== Exercise instructions ==
Find the line holding "#100=EDGE_CURVE('',#98,#93,#99,.T.);" in the entries below. Give it again exactly, along with every line after it up to and including the line holding "#113=VERTEX_POINT('',#112);".

┌──

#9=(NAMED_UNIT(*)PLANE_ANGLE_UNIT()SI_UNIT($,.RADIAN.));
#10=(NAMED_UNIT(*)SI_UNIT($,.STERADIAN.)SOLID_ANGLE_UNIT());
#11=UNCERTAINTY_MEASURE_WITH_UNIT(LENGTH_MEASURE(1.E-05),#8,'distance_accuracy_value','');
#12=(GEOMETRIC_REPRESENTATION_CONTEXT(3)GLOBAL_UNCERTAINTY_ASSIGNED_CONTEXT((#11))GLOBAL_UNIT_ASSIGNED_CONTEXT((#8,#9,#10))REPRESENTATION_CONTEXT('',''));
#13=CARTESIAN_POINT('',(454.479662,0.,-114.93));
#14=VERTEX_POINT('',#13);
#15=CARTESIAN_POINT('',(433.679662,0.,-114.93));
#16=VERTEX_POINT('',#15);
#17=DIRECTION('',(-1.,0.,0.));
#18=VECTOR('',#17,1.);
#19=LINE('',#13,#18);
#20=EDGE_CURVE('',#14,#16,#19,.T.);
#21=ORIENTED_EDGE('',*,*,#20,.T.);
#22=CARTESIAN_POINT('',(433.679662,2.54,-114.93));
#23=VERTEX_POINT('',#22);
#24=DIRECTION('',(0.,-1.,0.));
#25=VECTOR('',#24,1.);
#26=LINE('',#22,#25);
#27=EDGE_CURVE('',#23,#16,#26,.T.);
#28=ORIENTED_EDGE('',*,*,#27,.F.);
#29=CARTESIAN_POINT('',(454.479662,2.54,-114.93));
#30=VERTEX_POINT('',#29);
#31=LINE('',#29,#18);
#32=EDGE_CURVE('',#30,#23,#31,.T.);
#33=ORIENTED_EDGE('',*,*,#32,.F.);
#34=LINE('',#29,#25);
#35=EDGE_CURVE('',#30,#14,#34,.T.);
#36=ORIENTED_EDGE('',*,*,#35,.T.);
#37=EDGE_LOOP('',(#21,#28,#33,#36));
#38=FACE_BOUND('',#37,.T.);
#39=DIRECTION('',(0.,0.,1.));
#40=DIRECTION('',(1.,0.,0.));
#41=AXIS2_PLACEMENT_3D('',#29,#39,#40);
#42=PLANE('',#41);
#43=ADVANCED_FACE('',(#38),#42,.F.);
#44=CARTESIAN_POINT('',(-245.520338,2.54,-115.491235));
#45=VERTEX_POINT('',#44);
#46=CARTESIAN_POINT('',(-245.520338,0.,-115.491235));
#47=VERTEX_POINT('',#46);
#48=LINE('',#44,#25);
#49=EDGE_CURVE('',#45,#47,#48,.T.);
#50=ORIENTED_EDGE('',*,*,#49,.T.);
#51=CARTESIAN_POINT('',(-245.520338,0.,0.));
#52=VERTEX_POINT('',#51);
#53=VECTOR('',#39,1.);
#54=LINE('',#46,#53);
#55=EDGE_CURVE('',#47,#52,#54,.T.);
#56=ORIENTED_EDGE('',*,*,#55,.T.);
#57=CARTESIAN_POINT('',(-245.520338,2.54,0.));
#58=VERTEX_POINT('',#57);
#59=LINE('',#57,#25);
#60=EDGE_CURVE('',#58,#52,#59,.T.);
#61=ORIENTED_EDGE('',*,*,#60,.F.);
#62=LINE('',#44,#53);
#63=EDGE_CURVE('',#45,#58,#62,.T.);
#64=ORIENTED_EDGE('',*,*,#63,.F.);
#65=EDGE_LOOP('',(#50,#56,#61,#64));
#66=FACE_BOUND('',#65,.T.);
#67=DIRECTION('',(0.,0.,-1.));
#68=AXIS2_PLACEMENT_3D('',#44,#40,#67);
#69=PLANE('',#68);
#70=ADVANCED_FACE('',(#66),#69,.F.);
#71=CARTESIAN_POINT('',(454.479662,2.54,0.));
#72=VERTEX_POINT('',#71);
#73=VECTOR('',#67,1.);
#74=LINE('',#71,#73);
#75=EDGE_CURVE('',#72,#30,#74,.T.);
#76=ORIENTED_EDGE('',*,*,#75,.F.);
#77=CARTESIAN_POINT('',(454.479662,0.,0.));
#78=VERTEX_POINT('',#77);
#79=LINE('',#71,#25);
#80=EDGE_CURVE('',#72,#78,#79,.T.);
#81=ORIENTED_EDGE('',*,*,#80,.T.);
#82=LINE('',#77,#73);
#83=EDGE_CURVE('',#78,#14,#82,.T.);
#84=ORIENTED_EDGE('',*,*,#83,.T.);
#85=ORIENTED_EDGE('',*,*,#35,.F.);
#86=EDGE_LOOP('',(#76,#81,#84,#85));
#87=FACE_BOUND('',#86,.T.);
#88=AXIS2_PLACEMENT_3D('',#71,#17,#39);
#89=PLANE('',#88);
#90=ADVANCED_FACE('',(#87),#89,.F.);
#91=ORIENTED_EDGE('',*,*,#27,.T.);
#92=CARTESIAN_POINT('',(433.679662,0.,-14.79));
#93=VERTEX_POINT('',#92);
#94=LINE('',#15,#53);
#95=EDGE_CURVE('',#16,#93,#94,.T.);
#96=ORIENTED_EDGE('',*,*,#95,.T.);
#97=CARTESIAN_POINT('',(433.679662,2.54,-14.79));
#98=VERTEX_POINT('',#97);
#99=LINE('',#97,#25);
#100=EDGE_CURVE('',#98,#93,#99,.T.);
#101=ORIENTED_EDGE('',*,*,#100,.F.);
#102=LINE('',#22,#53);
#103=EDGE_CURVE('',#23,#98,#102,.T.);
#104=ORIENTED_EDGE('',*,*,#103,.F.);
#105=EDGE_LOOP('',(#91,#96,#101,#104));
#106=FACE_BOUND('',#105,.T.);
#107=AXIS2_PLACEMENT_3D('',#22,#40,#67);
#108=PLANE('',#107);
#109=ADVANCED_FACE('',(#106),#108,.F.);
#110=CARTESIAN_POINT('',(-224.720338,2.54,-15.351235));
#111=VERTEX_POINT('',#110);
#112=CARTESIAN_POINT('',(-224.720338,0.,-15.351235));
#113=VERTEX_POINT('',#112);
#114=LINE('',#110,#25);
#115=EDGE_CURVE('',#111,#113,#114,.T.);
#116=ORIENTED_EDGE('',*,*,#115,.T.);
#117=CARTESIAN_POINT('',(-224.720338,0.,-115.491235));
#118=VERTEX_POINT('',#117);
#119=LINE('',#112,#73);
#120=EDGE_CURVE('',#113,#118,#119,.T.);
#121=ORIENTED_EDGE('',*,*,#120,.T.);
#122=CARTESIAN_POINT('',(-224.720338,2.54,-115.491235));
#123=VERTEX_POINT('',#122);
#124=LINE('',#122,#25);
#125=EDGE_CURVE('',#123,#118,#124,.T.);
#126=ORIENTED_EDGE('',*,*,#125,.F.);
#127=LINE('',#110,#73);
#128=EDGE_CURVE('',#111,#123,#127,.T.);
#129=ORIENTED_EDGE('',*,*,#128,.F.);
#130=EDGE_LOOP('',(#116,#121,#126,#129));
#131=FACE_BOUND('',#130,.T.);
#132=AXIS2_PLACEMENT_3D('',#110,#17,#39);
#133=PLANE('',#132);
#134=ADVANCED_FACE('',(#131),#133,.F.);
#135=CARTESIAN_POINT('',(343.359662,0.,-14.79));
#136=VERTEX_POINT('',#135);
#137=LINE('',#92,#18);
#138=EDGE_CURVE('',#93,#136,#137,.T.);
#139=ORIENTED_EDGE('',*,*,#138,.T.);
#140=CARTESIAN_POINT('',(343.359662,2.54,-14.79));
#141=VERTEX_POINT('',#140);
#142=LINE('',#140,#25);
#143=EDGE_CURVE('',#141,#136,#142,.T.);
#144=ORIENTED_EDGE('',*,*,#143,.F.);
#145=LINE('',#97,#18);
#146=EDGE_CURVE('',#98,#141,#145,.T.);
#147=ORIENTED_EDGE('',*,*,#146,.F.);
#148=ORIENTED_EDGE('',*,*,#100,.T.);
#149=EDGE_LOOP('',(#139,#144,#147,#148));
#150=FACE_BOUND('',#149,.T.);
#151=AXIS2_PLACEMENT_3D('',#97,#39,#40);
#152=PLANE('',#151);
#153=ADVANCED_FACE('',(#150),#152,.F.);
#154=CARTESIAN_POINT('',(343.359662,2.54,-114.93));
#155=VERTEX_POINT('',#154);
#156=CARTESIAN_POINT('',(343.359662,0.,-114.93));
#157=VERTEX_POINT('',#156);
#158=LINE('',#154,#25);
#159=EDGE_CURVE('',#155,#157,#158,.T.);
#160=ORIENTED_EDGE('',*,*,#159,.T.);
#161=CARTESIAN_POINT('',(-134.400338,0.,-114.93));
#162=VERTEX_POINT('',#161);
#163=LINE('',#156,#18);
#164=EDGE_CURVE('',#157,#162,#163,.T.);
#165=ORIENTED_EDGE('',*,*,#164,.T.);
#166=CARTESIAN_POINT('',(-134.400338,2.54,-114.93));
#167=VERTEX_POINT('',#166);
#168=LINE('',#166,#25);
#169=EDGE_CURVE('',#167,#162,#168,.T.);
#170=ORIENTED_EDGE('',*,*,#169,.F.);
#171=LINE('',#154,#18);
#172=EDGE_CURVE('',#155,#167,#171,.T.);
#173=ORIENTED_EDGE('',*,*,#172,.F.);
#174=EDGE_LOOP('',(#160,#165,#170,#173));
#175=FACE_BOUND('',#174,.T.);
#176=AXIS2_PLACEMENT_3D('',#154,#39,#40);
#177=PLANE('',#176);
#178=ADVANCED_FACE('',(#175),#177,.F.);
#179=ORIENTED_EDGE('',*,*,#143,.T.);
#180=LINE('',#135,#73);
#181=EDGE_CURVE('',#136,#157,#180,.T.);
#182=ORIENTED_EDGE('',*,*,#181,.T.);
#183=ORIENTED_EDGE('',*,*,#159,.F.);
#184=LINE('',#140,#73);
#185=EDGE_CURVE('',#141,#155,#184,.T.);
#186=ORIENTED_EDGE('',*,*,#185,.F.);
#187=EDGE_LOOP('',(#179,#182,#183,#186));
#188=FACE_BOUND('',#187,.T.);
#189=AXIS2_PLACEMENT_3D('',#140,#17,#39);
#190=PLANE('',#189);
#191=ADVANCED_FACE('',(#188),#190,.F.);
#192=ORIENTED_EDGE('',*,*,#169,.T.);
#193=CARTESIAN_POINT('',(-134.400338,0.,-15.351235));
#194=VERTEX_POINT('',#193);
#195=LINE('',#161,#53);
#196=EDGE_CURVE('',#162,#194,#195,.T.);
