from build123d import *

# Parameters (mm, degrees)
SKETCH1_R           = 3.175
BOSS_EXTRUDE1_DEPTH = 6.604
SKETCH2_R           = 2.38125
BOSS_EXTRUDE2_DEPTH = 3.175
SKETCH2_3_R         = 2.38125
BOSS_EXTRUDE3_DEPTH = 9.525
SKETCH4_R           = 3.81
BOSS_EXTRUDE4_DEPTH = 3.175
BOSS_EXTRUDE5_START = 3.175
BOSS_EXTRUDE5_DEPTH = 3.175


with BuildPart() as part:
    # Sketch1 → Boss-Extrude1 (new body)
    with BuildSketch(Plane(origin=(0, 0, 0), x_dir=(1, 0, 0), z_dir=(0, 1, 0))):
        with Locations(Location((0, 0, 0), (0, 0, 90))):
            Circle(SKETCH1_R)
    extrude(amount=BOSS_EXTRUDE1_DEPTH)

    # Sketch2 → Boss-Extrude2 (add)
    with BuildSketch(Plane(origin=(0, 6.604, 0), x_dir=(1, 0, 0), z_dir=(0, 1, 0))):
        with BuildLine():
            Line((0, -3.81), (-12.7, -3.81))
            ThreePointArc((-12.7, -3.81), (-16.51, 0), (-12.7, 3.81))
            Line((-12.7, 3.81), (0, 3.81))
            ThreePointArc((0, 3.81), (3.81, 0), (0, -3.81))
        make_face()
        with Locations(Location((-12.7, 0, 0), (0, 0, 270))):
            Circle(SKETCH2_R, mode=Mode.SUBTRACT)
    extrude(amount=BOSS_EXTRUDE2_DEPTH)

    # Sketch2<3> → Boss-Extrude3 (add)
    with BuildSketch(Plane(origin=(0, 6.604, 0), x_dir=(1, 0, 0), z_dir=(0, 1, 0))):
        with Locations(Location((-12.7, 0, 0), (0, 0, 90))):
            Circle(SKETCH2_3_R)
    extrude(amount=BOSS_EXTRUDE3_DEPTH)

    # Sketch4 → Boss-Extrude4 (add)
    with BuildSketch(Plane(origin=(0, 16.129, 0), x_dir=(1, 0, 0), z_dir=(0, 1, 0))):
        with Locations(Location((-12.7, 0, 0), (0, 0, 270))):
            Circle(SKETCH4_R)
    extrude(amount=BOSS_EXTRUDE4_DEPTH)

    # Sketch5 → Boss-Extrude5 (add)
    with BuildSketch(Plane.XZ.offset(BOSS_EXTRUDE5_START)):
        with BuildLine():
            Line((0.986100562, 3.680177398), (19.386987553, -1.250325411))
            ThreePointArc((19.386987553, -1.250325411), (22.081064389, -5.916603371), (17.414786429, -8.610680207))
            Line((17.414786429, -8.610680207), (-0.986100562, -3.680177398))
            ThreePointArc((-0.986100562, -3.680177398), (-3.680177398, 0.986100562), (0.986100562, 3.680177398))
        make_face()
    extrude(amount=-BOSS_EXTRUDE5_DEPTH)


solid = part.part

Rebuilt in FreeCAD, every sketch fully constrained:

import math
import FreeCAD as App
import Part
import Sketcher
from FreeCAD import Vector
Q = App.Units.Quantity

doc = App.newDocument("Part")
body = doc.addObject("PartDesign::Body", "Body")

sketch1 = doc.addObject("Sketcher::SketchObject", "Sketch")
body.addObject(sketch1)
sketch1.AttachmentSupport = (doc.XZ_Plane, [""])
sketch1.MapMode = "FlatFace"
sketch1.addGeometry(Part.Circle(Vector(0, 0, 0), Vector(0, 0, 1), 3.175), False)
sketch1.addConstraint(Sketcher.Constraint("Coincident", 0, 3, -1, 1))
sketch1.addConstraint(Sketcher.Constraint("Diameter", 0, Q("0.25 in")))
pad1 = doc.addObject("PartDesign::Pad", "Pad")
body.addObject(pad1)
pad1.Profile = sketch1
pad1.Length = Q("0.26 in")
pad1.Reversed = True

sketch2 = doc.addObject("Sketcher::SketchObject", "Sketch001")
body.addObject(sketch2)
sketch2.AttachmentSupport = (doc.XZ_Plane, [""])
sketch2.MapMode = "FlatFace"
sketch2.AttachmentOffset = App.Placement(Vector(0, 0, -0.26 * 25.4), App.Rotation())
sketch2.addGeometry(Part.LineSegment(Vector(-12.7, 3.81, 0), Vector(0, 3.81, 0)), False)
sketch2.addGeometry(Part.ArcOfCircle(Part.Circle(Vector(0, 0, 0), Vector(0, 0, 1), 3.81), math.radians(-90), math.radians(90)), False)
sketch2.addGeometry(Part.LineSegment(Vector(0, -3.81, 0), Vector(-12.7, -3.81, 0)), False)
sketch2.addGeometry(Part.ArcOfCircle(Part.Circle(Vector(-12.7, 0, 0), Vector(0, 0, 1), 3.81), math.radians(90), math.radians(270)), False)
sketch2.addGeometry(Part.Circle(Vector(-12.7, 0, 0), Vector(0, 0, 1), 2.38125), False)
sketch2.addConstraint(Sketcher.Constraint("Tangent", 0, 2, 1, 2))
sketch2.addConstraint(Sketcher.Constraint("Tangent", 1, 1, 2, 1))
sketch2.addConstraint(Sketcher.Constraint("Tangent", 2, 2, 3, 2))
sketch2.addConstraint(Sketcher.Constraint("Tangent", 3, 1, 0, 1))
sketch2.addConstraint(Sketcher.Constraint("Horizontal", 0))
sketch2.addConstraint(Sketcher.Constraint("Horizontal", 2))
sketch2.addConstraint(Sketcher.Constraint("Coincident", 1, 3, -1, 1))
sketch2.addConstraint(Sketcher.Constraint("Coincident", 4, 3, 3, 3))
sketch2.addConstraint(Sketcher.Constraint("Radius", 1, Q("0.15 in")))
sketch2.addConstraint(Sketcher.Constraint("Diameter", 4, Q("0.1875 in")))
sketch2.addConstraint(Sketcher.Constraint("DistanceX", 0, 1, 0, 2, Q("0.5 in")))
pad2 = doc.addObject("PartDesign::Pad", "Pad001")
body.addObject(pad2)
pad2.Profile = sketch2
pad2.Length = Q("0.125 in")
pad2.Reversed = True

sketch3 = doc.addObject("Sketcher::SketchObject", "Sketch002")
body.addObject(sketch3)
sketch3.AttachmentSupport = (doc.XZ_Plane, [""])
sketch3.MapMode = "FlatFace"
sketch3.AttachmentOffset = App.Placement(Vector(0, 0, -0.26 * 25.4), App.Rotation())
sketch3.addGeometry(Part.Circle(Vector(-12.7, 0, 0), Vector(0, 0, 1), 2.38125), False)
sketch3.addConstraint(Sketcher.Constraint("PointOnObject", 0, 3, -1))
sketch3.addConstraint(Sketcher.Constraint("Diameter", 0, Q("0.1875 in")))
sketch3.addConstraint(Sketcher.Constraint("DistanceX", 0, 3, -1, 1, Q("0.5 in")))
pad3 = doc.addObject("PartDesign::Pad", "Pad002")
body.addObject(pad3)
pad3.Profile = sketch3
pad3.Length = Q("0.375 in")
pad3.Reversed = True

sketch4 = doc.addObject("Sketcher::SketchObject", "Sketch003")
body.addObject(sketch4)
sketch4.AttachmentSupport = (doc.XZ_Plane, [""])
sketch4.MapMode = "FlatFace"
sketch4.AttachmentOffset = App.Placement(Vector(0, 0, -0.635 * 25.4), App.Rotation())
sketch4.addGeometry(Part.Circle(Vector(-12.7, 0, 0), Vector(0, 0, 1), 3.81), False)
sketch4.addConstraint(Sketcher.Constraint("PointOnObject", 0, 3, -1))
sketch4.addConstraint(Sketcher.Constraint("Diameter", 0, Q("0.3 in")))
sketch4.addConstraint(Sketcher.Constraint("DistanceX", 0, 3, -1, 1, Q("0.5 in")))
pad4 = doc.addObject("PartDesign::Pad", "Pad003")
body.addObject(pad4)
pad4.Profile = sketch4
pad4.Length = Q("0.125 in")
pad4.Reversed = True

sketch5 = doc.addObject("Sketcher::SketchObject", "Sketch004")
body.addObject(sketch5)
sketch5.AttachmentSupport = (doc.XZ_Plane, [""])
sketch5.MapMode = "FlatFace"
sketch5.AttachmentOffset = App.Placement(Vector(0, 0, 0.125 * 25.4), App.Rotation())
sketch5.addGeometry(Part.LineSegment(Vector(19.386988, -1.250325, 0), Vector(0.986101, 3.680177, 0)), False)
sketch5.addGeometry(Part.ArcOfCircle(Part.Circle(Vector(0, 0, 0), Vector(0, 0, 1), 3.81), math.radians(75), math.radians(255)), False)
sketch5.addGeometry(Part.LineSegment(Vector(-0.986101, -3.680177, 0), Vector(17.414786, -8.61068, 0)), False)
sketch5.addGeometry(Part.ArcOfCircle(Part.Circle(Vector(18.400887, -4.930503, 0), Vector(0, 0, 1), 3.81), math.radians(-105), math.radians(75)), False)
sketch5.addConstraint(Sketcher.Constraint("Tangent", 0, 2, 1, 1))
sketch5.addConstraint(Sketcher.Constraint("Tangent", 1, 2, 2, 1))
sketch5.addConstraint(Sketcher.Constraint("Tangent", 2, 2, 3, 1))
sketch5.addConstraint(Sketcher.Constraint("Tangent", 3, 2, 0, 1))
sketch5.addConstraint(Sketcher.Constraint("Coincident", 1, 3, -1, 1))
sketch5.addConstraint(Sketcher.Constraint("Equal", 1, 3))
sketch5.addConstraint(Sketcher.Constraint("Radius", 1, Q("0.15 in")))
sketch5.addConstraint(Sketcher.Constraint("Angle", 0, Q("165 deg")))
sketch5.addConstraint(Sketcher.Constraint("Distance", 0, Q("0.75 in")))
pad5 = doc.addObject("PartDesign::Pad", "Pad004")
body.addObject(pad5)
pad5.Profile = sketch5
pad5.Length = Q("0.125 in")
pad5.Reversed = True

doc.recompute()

└──

== Answer to the problem ==
#100=EDGE_CURVE('',#98,#93,#99,.T.);
#101=ORIENTED_EDGE('',*,*,#100,.F.);
#102=LINE('',#22,#53);
#103=EDGE_CURVE('',#23,#98,#102,.T.);
#104=ORIENTED_EDGE('',*,*,#103,.F.);
#105=EDGE_LOOP('',(#91,#96,#101,#104));
#106=FACE_BOUND('',#105,.T.);
#107=AXIS2_PLACEMENT_3D('',#22,#40,#67);
#108=PLANE('',#107);
#109=ADVANCED_FACE('',(#106),#108,.F.);
#110=CARTESIAN_POINT('',(-224.720338,2.54,-15.351235));
#111=VERTEX_POINT('',#110);
#112=CARTESIAN_POINT('',(-224.720338,0.,-15.351235));
#113=VERTEX_POINT('',#112);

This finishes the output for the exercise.